I've been using dbdeploy successfully for a couple of years now. It allows your devs to create small sql change deltas which can then be applied against your database. The changes are tracked by a changelog table within database so that it knows what to apply.
http://dbdeploy.com/
i have a table in an access database
this access database is used on a regular basis, basically from 9-5
someone else has a copy of this exact table. sometimes records are added, sometimes deleted, and sometimes data within the records is updated.
i need to update the access database table with the offsite table every hour or so. what is the best algorithm of updating the data? there are about 5000 records.
would it severely lock up the table for a few seconds every hour?
i would like to publicly apologize for my rude comment to david fenton
My impression is that this question ties together pieces you've been exploring with your previous questions:
a file "listener" to detect the presence of a new file and do something with it when found
list files with some extension in a folder
DoCmd.TransferText to pull file data into your database
Insert, Update, Delete records in a table based on an imported set of records
Maybe it's time to give us a more detailed picture of what you're dealing with.
Tony asked if both sites are on the same WAN (Wide Area Network). You replied they are on Windows. Elsewhere you said you're using a network. Please tell us about the network.
I'm still unsure whether you need a one-way or two-way data exchange. You've talked about importing changes from the remote table into the local master table. Do you need to do the same type of operation at the remote site: import changes made to the table at the master site?
Tell us what needs to happen regarding the issue James raised. Can local and remote users ever edit the same record? If they can, how will you resolve the conflict? Similarly, what should happen if a remote user updates a record and a local user deletes their copy of that record?
Based on what you've told us so far, this sounds like a real challenge for Access, made more challenging by the rate of record changes (5,000 per hour). I like the outline Kevin suggested. However your challenge will be more complicated since you also need to account for record deletions at both sites.
It seems like you may have to create something which duplicates Access' Replication feature. Maybe you should look at the Jet Replication Wiki to see if you can modify your design to take advantage of Replication. I can't help you there, and unfortunately you appear to have frustrated David Fenton who is a leading authority on Jet Replication.
If a few seconds performance is critical, you'd rather move to a better database engine (like Sqlite, MySQL, MS SQL server). If you want a single file, then Sqlite is the best for you. All these use by-single-record locks, so you can read and write simultaneously.
If you stay with access, you will probably have to implement a timer to update only a few records at a time.
Before you do anything else you need to establish the "rules" as far as collisions go.
If a row in the local copy is updated and the same row in the remote copy is updated which one is the "correct" version? Ditto for deletions, inserts are even more of a pain as you can have the "same" set of values but perhaps a different key.

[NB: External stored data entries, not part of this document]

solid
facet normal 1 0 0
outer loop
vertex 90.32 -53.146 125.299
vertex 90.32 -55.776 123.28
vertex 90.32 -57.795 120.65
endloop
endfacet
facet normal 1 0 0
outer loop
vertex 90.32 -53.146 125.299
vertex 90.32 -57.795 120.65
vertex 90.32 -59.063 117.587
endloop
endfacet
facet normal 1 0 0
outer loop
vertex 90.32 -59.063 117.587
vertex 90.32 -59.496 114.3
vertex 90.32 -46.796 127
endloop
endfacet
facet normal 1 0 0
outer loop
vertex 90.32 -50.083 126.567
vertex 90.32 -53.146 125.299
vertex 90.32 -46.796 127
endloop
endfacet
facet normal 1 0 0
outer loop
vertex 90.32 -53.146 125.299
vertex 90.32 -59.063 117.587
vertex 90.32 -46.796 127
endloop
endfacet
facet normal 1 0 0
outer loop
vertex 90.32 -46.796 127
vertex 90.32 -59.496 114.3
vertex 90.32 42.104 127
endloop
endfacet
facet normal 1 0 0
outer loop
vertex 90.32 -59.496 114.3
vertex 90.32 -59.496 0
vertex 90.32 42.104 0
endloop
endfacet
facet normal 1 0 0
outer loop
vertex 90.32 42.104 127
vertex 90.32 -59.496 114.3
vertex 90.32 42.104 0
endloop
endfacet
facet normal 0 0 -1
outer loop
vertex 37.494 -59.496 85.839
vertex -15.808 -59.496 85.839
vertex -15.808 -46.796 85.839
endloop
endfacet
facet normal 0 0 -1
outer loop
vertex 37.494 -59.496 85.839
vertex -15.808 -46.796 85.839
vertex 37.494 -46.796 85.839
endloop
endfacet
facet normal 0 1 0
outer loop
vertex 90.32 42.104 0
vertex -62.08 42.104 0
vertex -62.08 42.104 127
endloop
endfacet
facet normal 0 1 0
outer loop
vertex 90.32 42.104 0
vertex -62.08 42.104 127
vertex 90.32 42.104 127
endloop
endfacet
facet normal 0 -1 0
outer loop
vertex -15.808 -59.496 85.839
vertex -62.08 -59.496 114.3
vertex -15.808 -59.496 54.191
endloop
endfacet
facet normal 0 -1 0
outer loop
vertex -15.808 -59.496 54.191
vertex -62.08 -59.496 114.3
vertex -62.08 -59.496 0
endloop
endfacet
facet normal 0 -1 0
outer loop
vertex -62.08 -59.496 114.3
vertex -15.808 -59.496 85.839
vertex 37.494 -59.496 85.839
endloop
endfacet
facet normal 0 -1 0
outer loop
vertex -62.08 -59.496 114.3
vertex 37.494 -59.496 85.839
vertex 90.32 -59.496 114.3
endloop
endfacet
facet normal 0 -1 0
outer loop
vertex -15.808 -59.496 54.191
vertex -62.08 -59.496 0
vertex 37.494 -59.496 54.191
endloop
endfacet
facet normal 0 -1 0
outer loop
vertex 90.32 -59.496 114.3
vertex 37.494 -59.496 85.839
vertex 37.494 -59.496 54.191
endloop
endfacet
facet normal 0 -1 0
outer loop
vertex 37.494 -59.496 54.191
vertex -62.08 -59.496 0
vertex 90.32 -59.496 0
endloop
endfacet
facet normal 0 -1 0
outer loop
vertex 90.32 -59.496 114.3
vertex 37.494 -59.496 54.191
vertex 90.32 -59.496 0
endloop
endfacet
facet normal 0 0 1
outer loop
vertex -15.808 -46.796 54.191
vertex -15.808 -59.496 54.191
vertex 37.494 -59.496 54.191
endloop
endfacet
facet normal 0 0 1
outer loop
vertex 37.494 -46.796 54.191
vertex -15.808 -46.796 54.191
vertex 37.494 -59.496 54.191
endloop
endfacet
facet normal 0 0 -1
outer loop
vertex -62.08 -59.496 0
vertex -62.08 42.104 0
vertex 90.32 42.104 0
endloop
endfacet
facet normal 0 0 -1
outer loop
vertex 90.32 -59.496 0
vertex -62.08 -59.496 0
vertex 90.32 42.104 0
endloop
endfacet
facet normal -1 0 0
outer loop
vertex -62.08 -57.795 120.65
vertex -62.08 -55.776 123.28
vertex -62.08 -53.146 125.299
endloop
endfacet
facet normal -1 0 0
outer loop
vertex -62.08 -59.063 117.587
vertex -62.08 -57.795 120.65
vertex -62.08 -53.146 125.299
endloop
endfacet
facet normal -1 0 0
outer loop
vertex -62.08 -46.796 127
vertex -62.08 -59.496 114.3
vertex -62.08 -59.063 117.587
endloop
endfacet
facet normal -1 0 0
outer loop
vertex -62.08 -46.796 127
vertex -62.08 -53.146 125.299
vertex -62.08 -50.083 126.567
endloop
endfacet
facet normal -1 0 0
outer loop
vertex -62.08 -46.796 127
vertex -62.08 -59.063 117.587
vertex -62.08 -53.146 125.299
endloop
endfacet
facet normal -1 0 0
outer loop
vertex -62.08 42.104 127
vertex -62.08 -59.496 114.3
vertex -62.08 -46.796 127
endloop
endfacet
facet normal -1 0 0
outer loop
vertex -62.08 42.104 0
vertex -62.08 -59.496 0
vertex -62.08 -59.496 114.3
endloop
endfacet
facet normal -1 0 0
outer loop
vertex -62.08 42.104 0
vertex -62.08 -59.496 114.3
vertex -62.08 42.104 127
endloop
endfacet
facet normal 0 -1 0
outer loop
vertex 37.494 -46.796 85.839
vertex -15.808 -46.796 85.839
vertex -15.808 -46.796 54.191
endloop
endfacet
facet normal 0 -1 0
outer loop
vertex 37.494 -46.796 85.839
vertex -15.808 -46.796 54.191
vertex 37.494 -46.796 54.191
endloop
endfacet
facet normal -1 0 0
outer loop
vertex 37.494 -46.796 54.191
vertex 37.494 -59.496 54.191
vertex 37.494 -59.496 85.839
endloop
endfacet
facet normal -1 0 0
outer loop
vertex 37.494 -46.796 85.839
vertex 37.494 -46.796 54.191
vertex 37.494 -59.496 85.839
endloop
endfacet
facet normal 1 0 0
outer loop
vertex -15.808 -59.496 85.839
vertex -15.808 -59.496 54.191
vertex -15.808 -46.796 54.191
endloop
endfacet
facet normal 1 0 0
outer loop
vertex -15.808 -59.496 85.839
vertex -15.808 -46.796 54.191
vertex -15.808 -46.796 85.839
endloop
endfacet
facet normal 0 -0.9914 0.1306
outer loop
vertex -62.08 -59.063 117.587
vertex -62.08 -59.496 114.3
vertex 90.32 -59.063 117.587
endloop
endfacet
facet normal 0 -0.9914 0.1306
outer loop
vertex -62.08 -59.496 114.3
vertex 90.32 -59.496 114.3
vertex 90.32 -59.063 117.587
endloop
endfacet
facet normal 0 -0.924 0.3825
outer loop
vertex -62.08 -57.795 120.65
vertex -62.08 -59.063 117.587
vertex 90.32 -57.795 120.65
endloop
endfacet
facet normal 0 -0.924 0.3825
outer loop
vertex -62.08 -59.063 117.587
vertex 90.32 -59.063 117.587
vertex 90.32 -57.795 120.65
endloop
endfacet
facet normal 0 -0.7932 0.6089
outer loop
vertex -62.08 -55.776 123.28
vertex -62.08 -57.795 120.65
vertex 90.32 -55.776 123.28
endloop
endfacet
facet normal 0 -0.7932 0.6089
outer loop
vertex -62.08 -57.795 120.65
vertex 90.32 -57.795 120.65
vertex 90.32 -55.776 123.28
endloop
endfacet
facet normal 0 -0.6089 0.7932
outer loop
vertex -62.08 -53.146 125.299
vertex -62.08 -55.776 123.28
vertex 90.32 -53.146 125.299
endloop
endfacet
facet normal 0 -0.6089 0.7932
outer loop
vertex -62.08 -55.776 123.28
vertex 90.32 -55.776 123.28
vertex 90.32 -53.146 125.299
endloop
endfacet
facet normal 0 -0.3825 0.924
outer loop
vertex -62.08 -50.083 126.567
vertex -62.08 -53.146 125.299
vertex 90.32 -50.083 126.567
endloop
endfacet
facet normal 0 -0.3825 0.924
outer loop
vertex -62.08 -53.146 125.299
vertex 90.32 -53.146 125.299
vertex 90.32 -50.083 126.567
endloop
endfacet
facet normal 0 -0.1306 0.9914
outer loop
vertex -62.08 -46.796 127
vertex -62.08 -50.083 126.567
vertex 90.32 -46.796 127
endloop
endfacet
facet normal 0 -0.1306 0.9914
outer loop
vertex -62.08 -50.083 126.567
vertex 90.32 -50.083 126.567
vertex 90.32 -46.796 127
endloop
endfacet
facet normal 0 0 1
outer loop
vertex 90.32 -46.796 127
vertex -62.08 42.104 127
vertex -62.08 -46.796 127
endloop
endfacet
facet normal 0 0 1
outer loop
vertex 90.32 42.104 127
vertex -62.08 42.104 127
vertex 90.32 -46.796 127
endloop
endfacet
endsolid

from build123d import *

# Parameters (mm, degrees)
F0_W     = 152.4
F0_H     = 101.6
F1_DEPTH = 127
F2_R     = 12.7
F3_W     = 53.302623
F3_H     = 31.648196
F4_DEPTH = 12.7


with BuildPart() as f1:
    # F0 (on Top) → F1 (new body)
    with BuildSketch(Plane.XY):
        with Locations((14.119559, -8.696024)):
            Rectangle(F0_W, F0_H)
    extrude(amount=F1_DEPTH)

    # F2
    f2_edges = [f1.edges().sort_by_distance(p)[0] for p in [
        (14.119559, -59.496024, 127),
    ]]
    fillet(f2_edges, radius=F2_R)

    # F3 (on face) → F4 (cut)
    with BuildSketch(Plane.XZ.offset(59.496024)):
        with Locations((10.842934, 70.015054)):
            Rectangle(F3_W, F3_H)
    extrude(amount=-F4_DEPTH, mode=Mode.SUBTRACT)


solid = f1.part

After you have worked out how to handle each of these cases you can then go on to thinking about the implementation.
As other posters have suggested the way to completely avoid these issues is switch to SQLServer or any other "proper" database which can be updated over the network by all users and where concurrency issues are handled by the DBMS when the updates are applied.
Other users have already suggested switching to a server based database i.e. SQL server etc. I would echo this and say it is the best way to go however if you are stuck with access and have no choice then I would suggest you add a field (with an index) along the lines of “Last Updated”. You could then export all records that have been modified within a particular time frame. Export this file as a CSV, ship it over to the remote site and import it into the “master” access database. With a bit of scripting you could automate this process.